UNITED STATES

SECURITIES AND EXCHANGE COMMISSION

Washington, D.C. 20549

 

 

 

FORM 8-K

 

 

 

CURRENT REPORT

 

Pursuant to Section 13 or 15(d) of the

Securities Exchange Act of 1934

 

Date of Report (Date of earliest event reported): September 20, 2012 (September 14, 2012)

 

 

CHINA GROWTH EQUITY INVESTMENT LTD.

(Exact name of registrant as specified in its charter)

 

 

 

Cayman Islands   001-35192   n/a
(State or other jurisdiction
of incorporation)
  (Commission
File Number)
  (IRS Employer
ID Number)

 

CN11 Legend Town, No. 1 Balizhuangdongli

Chaoyang District, Beijing, PRC

  100025
(Address of principal executive offices)   (Zip Code)

 

Registrant’s telephone number, including area code: 86-10-6569-3988

 

Not Applicable

(Former name or former address, if changed since last report.)

 

 

 

Check the appropriate box below if the Form 8-K filing is intended to simultaneously satisfy the filing obligation of the registrant under any of the following provisions:

 

¨ Written communications pursuant to Rule 425 under the Securities Act (17 CFR 230.425)

 

¨ Soliciting material pursuant to Rule 14a-12 under the Exchange Act (17 CFR 240.14a-12)

 

¨ Pre-commencement communications pursuant to Rule 14d-2(b) under the Exchange Act (17 CFR 240.14d-2(b))

 

¨ Pre-commencement communications pursuant to Rule 13e-4(c) under the Exchange Act (17 CFR 240.13e-4(c))

 

 

 

 
 

 

 Item 3.01   Notice of Delisting or Failure to Satisfy a Continued Listing Rule or Standard; Transfer of Listing.

 

On September 14, 2012, China Growth Equity Investment Ltd. (the “Company”) received notice from The Nasdaq Capital Market (“Nasdaq”) that, because the Company does not maintain a minimum of 300 public holders, as of September 1, 2012, the Company no longer complies with Listing Rule 5550(a)(3) of Nasdaq.

 

Nasdaq's notice has no immediate effect on the listing of the Company's common stock on Nasdaq.
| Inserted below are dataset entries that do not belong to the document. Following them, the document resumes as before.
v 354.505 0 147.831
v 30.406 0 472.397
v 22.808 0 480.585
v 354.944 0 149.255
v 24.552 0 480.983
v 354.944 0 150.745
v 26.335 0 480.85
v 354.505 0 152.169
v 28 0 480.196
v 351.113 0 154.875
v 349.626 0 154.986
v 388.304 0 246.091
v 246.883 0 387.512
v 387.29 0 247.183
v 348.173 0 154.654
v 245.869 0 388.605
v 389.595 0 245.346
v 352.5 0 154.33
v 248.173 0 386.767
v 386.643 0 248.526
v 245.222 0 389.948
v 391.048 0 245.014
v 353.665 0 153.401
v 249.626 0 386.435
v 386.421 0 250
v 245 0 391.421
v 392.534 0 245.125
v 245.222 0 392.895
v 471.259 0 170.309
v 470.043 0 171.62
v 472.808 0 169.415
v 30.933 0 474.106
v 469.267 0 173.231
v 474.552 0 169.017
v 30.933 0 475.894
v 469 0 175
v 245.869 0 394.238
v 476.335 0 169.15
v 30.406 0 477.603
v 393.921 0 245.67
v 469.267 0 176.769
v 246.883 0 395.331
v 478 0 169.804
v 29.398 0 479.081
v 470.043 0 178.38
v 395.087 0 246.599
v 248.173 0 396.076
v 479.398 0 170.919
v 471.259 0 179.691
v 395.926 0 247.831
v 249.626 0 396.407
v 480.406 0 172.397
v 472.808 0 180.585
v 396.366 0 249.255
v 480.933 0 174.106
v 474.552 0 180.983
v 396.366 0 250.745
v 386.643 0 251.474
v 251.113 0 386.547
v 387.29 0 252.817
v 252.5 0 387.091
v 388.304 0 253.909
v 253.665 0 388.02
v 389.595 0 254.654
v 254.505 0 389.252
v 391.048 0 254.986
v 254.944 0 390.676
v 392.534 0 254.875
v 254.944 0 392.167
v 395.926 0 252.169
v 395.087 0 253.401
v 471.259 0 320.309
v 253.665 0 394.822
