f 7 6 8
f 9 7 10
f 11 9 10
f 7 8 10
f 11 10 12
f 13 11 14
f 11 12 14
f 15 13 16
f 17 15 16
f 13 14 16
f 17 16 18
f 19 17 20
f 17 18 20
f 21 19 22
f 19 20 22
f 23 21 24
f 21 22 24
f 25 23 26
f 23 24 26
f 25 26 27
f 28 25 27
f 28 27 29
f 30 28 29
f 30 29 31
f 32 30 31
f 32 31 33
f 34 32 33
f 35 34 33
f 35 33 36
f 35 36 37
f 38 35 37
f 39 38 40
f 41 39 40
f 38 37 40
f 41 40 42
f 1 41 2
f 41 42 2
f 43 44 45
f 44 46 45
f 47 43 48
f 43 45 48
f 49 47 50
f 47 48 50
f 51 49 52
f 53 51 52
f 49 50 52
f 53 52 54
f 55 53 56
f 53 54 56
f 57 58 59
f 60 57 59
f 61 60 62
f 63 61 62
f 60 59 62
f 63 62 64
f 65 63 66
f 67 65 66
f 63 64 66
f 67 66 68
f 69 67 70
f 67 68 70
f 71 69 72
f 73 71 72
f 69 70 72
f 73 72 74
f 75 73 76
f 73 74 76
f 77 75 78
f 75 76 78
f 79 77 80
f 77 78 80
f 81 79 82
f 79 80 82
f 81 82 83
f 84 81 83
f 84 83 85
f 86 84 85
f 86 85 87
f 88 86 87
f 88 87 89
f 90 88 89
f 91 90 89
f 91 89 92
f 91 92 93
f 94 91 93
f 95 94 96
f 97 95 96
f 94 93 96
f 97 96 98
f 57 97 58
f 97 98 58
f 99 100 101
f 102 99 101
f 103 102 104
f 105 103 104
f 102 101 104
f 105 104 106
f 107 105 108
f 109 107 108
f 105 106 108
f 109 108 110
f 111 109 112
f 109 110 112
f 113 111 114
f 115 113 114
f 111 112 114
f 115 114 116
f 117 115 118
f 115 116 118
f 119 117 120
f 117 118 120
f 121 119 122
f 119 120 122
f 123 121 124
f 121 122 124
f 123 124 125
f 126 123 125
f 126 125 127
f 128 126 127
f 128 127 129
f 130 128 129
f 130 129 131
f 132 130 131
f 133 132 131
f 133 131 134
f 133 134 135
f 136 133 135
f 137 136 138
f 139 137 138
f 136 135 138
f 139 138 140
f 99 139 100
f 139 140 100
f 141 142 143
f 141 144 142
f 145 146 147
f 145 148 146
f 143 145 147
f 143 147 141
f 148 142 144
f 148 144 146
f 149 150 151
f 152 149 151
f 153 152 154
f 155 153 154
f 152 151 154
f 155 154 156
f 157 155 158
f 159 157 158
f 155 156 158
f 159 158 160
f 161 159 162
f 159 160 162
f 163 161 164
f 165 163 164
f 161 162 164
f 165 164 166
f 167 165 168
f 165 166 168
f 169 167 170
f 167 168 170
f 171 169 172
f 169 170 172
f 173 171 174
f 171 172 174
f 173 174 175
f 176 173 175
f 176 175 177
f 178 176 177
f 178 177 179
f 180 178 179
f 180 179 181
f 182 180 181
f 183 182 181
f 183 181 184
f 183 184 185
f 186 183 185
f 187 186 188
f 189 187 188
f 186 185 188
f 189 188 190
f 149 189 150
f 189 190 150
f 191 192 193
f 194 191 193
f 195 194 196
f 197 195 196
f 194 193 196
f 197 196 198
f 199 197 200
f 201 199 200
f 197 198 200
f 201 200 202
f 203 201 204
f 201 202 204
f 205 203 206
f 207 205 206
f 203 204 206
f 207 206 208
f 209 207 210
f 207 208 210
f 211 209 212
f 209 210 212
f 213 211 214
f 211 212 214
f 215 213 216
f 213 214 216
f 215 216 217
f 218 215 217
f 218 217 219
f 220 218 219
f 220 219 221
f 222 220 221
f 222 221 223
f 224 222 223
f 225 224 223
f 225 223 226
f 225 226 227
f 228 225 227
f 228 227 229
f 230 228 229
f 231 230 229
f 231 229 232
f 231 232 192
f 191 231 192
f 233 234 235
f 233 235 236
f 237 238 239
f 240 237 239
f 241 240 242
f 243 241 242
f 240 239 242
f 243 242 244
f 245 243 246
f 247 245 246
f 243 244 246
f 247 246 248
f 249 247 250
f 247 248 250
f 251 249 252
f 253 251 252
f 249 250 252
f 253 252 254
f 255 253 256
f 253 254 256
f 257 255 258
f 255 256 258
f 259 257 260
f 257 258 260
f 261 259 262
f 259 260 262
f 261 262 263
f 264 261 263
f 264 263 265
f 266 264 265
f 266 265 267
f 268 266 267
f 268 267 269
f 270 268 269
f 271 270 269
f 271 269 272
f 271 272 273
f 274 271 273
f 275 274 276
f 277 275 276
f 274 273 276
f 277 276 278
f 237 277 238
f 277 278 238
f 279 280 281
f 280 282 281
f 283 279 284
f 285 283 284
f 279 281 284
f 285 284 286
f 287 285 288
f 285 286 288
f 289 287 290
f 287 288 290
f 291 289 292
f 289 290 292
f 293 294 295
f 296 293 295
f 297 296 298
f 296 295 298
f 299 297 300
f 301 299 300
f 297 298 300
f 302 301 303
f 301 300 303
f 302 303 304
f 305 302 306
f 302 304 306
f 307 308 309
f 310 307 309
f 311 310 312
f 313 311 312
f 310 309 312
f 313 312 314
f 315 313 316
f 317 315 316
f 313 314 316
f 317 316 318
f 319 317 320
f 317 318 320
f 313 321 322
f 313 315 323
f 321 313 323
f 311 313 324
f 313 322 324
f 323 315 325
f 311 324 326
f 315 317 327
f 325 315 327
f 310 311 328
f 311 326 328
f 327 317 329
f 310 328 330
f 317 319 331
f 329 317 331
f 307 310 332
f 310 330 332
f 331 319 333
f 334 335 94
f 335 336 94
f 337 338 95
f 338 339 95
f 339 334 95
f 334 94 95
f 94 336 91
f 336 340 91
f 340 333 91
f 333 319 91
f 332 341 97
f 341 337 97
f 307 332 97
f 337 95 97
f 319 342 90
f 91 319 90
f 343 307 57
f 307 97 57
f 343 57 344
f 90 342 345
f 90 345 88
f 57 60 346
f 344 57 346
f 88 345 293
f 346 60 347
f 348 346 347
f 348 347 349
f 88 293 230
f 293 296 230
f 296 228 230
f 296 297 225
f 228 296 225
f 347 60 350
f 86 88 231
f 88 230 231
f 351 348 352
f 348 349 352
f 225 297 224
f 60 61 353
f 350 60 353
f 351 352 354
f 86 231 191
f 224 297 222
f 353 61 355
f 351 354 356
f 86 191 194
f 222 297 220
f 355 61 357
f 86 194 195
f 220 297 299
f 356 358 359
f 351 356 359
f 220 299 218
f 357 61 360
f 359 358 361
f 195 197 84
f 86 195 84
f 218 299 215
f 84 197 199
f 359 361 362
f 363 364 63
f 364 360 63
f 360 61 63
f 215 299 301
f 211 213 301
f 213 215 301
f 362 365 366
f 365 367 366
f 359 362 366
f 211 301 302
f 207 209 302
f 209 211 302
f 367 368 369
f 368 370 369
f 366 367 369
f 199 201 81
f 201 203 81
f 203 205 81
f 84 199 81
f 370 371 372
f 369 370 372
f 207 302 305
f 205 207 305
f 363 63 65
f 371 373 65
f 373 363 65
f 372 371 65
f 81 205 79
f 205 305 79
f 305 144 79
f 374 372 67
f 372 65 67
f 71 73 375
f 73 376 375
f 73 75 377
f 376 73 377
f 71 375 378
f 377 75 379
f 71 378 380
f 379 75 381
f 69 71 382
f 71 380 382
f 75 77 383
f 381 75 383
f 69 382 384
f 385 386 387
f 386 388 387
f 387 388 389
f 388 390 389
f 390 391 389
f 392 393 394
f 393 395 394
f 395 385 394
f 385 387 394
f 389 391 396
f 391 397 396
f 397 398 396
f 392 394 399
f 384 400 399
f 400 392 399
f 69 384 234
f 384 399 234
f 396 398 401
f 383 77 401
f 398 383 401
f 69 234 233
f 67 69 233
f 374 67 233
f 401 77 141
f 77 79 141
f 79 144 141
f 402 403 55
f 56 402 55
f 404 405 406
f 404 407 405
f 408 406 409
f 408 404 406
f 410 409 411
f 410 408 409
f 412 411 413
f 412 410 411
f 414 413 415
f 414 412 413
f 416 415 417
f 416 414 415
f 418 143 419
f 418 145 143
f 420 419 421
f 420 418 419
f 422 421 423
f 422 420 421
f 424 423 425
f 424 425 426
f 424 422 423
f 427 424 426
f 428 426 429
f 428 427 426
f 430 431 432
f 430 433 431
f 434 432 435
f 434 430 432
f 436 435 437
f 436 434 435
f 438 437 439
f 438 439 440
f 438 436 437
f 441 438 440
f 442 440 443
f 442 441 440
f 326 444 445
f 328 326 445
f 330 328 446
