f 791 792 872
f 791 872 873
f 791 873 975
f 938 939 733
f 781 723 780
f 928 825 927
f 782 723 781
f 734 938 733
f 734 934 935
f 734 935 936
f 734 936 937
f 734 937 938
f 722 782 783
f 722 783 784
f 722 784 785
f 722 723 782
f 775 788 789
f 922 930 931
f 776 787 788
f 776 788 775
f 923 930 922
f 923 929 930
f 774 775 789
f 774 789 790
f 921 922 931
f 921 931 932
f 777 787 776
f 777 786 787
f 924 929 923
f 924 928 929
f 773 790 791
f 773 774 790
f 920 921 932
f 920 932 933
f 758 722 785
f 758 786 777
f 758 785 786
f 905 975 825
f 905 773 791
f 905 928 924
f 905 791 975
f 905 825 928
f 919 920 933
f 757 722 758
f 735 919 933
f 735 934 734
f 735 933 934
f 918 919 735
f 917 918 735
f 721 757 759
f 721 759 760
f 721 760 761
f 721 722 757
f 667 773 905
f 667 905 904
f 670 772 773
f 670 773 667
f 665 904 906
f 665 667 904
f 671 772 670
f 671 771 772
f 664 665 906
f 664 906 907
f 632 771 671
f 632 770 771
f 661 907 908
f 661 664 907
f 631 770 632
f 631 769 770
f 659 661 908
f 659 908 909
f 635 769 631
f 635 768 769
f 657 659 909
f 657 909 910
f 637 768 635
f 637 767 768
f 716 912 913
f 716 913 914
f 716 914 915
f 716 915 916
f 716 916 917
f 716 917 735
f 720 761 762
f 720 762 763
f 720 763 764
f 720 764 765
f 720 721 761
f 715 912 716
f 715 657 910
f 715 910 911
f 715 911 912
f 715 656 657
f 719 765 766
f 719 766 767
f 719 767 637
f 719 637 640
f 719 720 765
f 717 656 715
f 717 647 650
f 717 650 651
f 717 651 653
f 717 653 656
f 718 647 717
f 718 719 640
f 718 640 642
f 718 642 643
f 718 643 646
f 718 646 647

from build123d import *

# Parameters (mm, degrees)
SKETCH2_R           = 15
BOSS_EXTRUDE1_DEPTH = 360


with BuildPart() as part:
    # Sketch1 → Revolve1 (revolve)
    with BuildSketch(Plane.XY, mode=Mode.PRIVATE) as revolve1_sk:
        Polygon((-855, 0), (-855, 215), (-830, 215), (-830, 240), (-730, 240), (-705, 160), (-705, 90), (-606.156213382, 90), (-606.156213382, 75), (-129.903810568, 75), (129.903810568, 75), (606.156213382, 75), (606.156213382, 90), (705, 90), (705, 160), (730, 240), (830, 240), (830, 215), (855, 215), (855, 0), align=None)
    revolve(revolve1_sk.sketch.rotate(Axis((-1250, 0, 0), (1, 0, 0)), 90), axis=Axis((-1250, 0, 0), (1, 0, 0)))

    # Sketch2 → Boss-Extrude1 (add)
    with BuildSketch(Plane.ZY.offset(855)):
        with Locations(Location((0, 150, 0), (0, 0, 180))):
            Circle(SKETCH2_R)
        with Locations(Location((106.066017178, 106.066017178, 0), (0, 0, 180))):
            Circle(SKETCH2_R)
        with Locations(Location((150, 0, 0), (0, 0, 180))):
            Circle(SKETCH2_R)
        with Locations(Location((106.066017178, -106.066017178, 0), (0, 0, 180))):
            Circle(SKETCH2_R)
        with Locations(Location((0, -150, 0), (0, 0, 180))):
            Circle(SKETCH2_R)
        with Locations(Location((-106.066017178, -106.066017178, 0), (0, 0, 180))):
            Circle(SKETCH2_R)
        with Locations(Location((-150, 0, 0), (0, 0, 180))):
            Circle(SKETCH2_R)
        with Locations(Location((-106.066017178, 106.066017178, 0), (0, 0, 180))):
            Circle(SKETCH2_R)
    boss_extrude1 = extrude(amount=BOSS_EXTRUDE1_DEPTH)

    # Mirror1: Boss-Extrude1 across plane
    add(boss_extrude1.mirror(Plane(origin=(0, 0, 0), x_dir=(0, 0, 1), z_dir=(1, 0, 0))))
Pursuant to Nasdaq’s rules, the Company has 45 calendar days, until October 29, 2012, to submit a plan to regain compliance. If the plan is accepted, Nasdaq can grant the Company a 180 calendar day extension from the date of the notice letter to evidence compliance. If the plan is not accepted by Nasdaq, the Company can appeal the decision to a hearings panel.

 

The Company will file a plan with Nasdaq on or prior to October 29, 2012 in order to regain compliance with Listing Rule 5550(a)(3) of Nasdaq.

  

 
 

  

SIGNATURE

 

Pursuant to the requirements of the Securities and Exchange Act of 1934, the registrant has duly caused this Report to be signed on its behalf by the undersigned hereto duly authorized.

 

  

Dated:   September 20, 2012

 

  China Growth Equity Investment Ltd.